Eben sind schon die ersten __ Frösche erwacht..hoffe nicht, die bekommen wieder kalte Füsse.

Grüsse Willi


----------



## libsy (27. Feb. 2014)

@willi1954 
Das stimmt schon, aber der Winter 12/13 war ein ganz anderer vom WWettercharakter.
Da hatten wir auch Schnee  bis Ende Februar. Ging dann wieder 11.03. - 18.3 weiter. Höhepunkt dann am 29.3 zu Ostern.
Weiß ich noch alles genau, weil ich mit Winterdienst beruflich auch zu tun habe und alles aufschreibe.
Dieses Jahr war fast gar kein Winter hier. Nur 3 Tage mal Im Januar im Zeitraum vom 22.1 - 27.1. Auch nur hier im Osten.


----------



## willi1954 (27. Feb. 2014)

Also ich wohne auch im Osten (Norden Sachsen-Anhalt) Bei uns waren die beiden letzten Januarwochen sehr kalt.
Spitze war der 25. Januar mit -11,5 ° Tagesdurchschnittstemperatur. Teich war durchgängig bis mitte Februar
noch mit Eis bedeckt.
Im letzten Jahr hatte ich auch Anfang März an den Frühling geglaubt, um dann zu sehen, das über Nacht mein
Tonnenfilter eingefroren war. Hoffen wir, das Ihr alle recht habt


----------



## Knoblauchkröte (27. Feb. 2014)

Hi Willi,

der 1. März bleibt aber immer Frühlingsanfang, egal obs dann an dem Tag +10 oder noch -10 Grad sind. Meteorologisch gesehen geht der Winter vom 1.12 - 28/29.2, Frühling von 1.3 - 31.5, Sommer  vom 1.6 - 31.8, Herbst vom 1.9 - 30.11, die kalendarischen Anfänge wiederum hängen mit den Tageslängen zusammen Tag/Nachtgleichen, kürzester Tag, längster Tag

war letztes Jahr Anfang Juni ja auch lange kein Winter mehr obwohl es da selbst in der Provence noch Schneefälle gab


----------



## seppl (27. Feb. 2014)

Hallo, also bei uns im Allgäu sieht es so aus, heute morgen hat es leicht geschneit, nun wieder Sonnenschein und windig.
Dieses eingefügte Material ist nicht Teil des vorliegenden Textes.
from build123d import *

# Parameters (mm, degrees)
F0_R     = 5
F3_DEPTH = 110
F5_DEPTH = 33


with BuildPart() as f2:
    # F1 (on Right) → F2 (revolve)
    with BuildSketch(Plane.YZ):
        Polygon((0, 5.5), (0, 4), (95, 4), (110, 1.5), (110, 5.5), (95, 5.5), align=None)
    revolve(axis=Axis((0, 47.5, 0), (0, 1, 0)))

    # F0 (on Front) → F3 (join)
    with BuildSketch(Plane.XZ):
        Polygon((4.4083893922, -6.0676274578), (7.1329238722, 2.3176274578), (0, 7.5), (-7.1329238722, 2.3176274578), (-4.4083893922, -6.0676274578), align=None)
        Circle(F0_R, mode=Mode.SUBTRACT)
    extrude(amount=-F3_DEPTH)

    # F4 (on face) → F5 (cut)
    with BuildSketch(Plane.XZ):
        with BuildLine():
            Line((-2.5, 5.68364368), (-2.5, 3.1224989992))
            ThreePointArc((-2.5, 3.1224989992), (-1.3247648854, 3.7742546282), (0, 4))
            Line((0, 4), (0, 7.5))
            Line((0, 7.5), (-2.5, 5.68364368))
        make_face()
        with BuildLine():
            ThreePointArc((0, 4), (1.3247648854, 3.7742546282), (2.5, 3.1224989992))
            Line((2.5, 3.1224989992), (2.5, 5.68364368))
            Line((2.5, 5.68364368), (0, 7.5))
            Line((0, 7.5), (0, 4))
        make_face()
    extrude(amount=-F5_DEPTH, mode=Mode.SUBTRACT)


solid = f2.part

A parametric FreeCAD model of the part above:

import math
import FreeCAD as App
import Part
import Sketcher
from FreeCAD import Vector
Q = App.Units.Quantity

doc = App.newDocument("Part")
body = doc.addObject("PartDesign::Body", "Body")

sketch1 = body.newObject("Sketcher::SketchObject", "Sketch")
sketch1.AttachmentSupport = (doc.getObject("YZ_Plane"), [""])
sketch1.MapMode = "FlatFace"
sketch1.addGeometry([
    Part.LineSegment(Vector(0, 5.5, 0), Vector(0, 4, 0)),
    Part.LineSegment(Vector(0, 4, 0), Vector(95, 4, 0)),
    Part.LineSegment(Vector(95, 4, 0), Vector(110, 1.5, 0)),
    Part.LineSegment(Vector(110, 1.5, 0), Vector(110, 5.5, 0)),
    Part.LineSegment(Vector(110, 5.5, 0), Vector(0, 5.5, 0)),
], False)
sketch1.addConstraint([
    Sketcher.Constraint("Coincident", 0, 2, 1, 1),
    Sketcher.Constraint("Coincident", 1, 2, 2, 1),
    Sketcher.Constraint("Coincident", 2, 2, 3, 1),
    Sketcher.Constraint("Coincident", 3, 2, 4, 1),
    Sketcher.Constraint("Coincident", 4, 2, 0, 1),
    Sketcher.Constraint("Vertical", 0),
    Sketcher.Constraint("Horizontal", 1),
    Sketcher.Constraint("Vertical", 3),
    Sketcher.Constraint("Horizontal", 4),
    Sketcher.Constraint("PointOnObject", 0, 2, -2),
    Sketcher.Constraint("DistanceX", 1, 1, 1, 2, Q("95 mm")),
    Sketcher.Constraint("DistanceX", 4, 2, 4, 1, Q("110 mm")),
    Sketcher.Constraint("DistanceY", 3, 1, 3, 2, Q("4 mm")),
    Sketcher.Constraint("DistanceY", 0, 2, 0, 1, Q("1.5 mm")),
    Sketcher.Constraint("DistanceY", -1, 1, 0, 2, Q("4 mm")),
])
revolution = body.newObject("PartDesign::Revolution", "Revolution")
revolution.Profile = sketch1
revolution.ReferenceAxis = (sketch1, ["H_Axis"])
revolution.Angle = 360

sketch2 = body.newObject("Sketcher::SketchObject", "Sketch001")
sketch2.AttachmentSupport = (doc.getObject("XZ_Plane"), [""])
sketch2.MapMode = "FlatFace"
sketch2.addGeometry([
    Part.LineSegment(Vector(4, -6, 0), Vector(7, 2, 0)),
    Part.LineSegment(Vector(7, 2, 0), Vector(0, 8, 0)),
    Part.LineSegment(Vector(0, 8, 0), Vector(-7, 2, 0)),
    Part.LineSegment(Vector(-7, 2, 0), Vector(-4, -6, 0)),
    Part.LineSegment(Vector(-4, -6, 0), Vector(4, -6, 0)),
    Part.Circle(Vector(0, 0, 0), Vector(0, 0, 1), 5),
], False)
sketch2.addConstraint([
    Sketcher.Constraint("Coincident", 0, 2, 1, 1),
    Sketcher.Constraint("Coincident", 1, 2, 2, 1),
    Sketcher.Constraint("Coincident", 2, 2, 3, 1),
    Sketcher.Constraint("Coincident", 3, 2, 4, 1),
    Sketcher.Constraint("Coincident", 4, 2, 0, 1),
    Sketcher.Constraint("Horizontal", 4),
    Sketcher.Constraint("Coincident", 5, 3, -1, 1),
    Sketcher.Constraint("Symmetric", 0, 2, 2, 2, -2),
    Sketcher.Constraint("PointOnObject", 1, 2, -2),
    Sketcher.Constraint("Equal", 0, 1),
    Sketcher.Constraint("Equal", 2, 3),
    Sketcher.Constraint("Diameter", 5, Q("10 mm")),
    Sketcher.Constraint("Angle", 0, Q("72 deg")),
    Sketcher.Constraint("Angle", 1, Q("144 deg")),
    Sketcher.Constraint("DistanceY", -1, 1, 1, 2, Q("7.5 mm")),
    Sketcher.Constraint("DistanceX", 4, 1, 4, 2, Q("8.816779 mm")),
])
pad1 = body.newObject("PartDesign::Pad", "Pad")
pad1.Profile = sketch2
pad1.Length = 110
pad1.Reversed = True

sketch3 = body.newObject("Sketcher::SketchObject", "Sketch002")
sketch3.AttachmentSupport = (doc.getObject("XZ_Plane"), [""])
sketch3.MapMode = "FlatFace"
sketch3.addGeometry([
    Part.LineSegment(Vector(-2.5, 5.7, 0), Vector(-2.5, 3.1, 0)),
    Part.ArcOfCircle(Part.Circle(Vector(0, 0, 0), Vector(0, 0, 1), 4), math.radians(90), math.radians(129)),
    Part.ArcOfCircle(Part.Circle(Vector(0, 0, 0), Vector(0, 0, 1), 4), math.radians(51), math.radians(90)),
    Part.LineSegment(Vector(2.5, 3.1, 0), Vector(2.5, 5.7, 0)),
    Part.LineSegment(Vector(2.5, 5.7, 0), Vector(0, 7.5, 0)),
    Part.LineSegment(Vector(0, 7.5, 0), Vector(-2.5, 5.7, 0)),
], False)
sketch3.addConstraint([
    Sketcher.Constraint("Coincident", 0, 2, 1, 2),
    Sketcher.Constraint("Tangent", 1, 1, 2, 2),
    Sketcher.Constraint("Coincident", 2, 1, 3, 1),
    Sketcher.Constraint("Coincident", 3, 2, 4, 1),
    Sketcher.Constraint("Coincident", 4, 2, 5, 1),
    Sketcher.Constraint("Coincident", 5, 2, 0, 1),
    Sketcher.Constraint("Vertical", 0),
    Sketcher.Constraint("Vertical", 3),
    Sketcher.Constraint("Coincident", 1, 3, -1, 1),
    Sketcher.Constraint("Equal", 1, 2),
    Sketcher.Constraint("Symmetric", 3, 2, 5, 2, -2),
    Sketcher.Constraint("PointOnObject", 1, 1, -2),
    Sketcher.Constraint("PointOnObject", 4, 2, -2),
    Sketcher.Constraint("Radius", 1, Q("4 mm")),
    Sketcher.Constraint("Angle", 4, Q("144 deg")),
    Sketcher.Constraint("DistanceX", 0, 2, 2, 1, Q("5 mm")),
    Sketcher.Constraint("DistanceY", -1, 1, 4, 2, Q("7.5 mm")),
])
pocket1 = body.newObject("PartDesign::Pocket", "Pocket")
pocket1.Profile = sketch3
pocket1.Length = 33

doc.recompute()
Temperaturen  Teich 7 Grad, im Osten
5,1 Grad noch recht kühl. Hatten aber im Januar schon 12 Grad. Aber es soll dieses Wochenende nochmal Schnee kommen. 

Grüße Marion


----------



## willi1954 (27. Feb. 2014)

der 1. März ist meteologischer Frühlingsanfang, aber damit ist der reale Winter noch lange nicht vorbei.


----------



## ina1912 (27. Feb. 2014)

hallo zusammen! ich habe heut die ersten beiden Kraniche gesichtet! im garten treibt alles aus, die fische schwimmen schon munter und das wasser benötigt dringend Filterung. aber ich trau dem frieden nicht.... nachts ist es in Brandenburg noch zu kalt für die Umwälzung des teichs... wenigstens kann man bei den milden Temperaturen mal das entfernen abgestorbener Pflanzenteile in angriff nehmen und damit wenigstens zur verbesserung der Wasserqualität beitragen!
lg ina


----------



## ina1912 (27. Feb. 2014)

upps, doppelt...


----------



## Finalein (27. Feb. 2014)

Bei uns scheint grad die Sonne. Und ICH WILL JETZT KEINEN WINTER MEHR!!!


----------



## Limnos (27. Feb. 2014)

Mir blüht schon so einiges


----------



## Springmaus (27. Feb. 2014)

wieder einmal sehr shöne Bilder


----------



## Eva-Maria (28. Feb. 2014)

Moin Wolfgang,
da bist Du schon deutlich weiter als wir hier!
2 Deiner Bilder, untere Reihe links und mittig, sind für mich nur zu sehen,
wenn ich den link anklicke.
Alle anderen Bilder sind kleinformatig direkt neben ihren links anzuschauen.
Woran kann dies liegen?


----------



## Finalein (28. Feb. 2014)

Wolfgang, da ähelt ein Bild schon sehr mit meinem garten. Das mit den Eichenblättern. Mehr ist bei mir im garten noch nicht los. Leider.
Tolle Bilder....


----------



## Digicat (1. März 2014)

Servus Eva-Maria

bei mir sieht es so aus
  

Kann mir deine Beschreibung nicht richtig vorstellen ...
Kannst vielleicht auch einen Screenshot machen ?


----------



## ina1912 (1. März 2014)

nabend zusammen!
hier mal einige bilder aus dem kalten Havelland, wo es auch so langsam frühling wird:

               lg ina


----------



## Goldkäferchen (1. März 2014)

Hallo,Ina
für die schönen Bilder. Gefällt mir. Macht Lust auf mehr Fotos
LG
Goldkäferchen


----------



## Elfriede (2. März 2014)

Hallo zusammen,

ich beneide euch sehr um die schönen Frühlingsfotos. In meinem Garten herrscht noch tiefer Winter mit sehr viel Schnee und gestern schneite es schon wieder. Heuer wird es noch sehr lange dauern bis die großen Schneemengen hier in Osttirol endlich dem Frühling weichen werden, denn obwohl es auch bei uns ziemlich warm ist, geht es mit der Schneeschmelze nur langsam voran.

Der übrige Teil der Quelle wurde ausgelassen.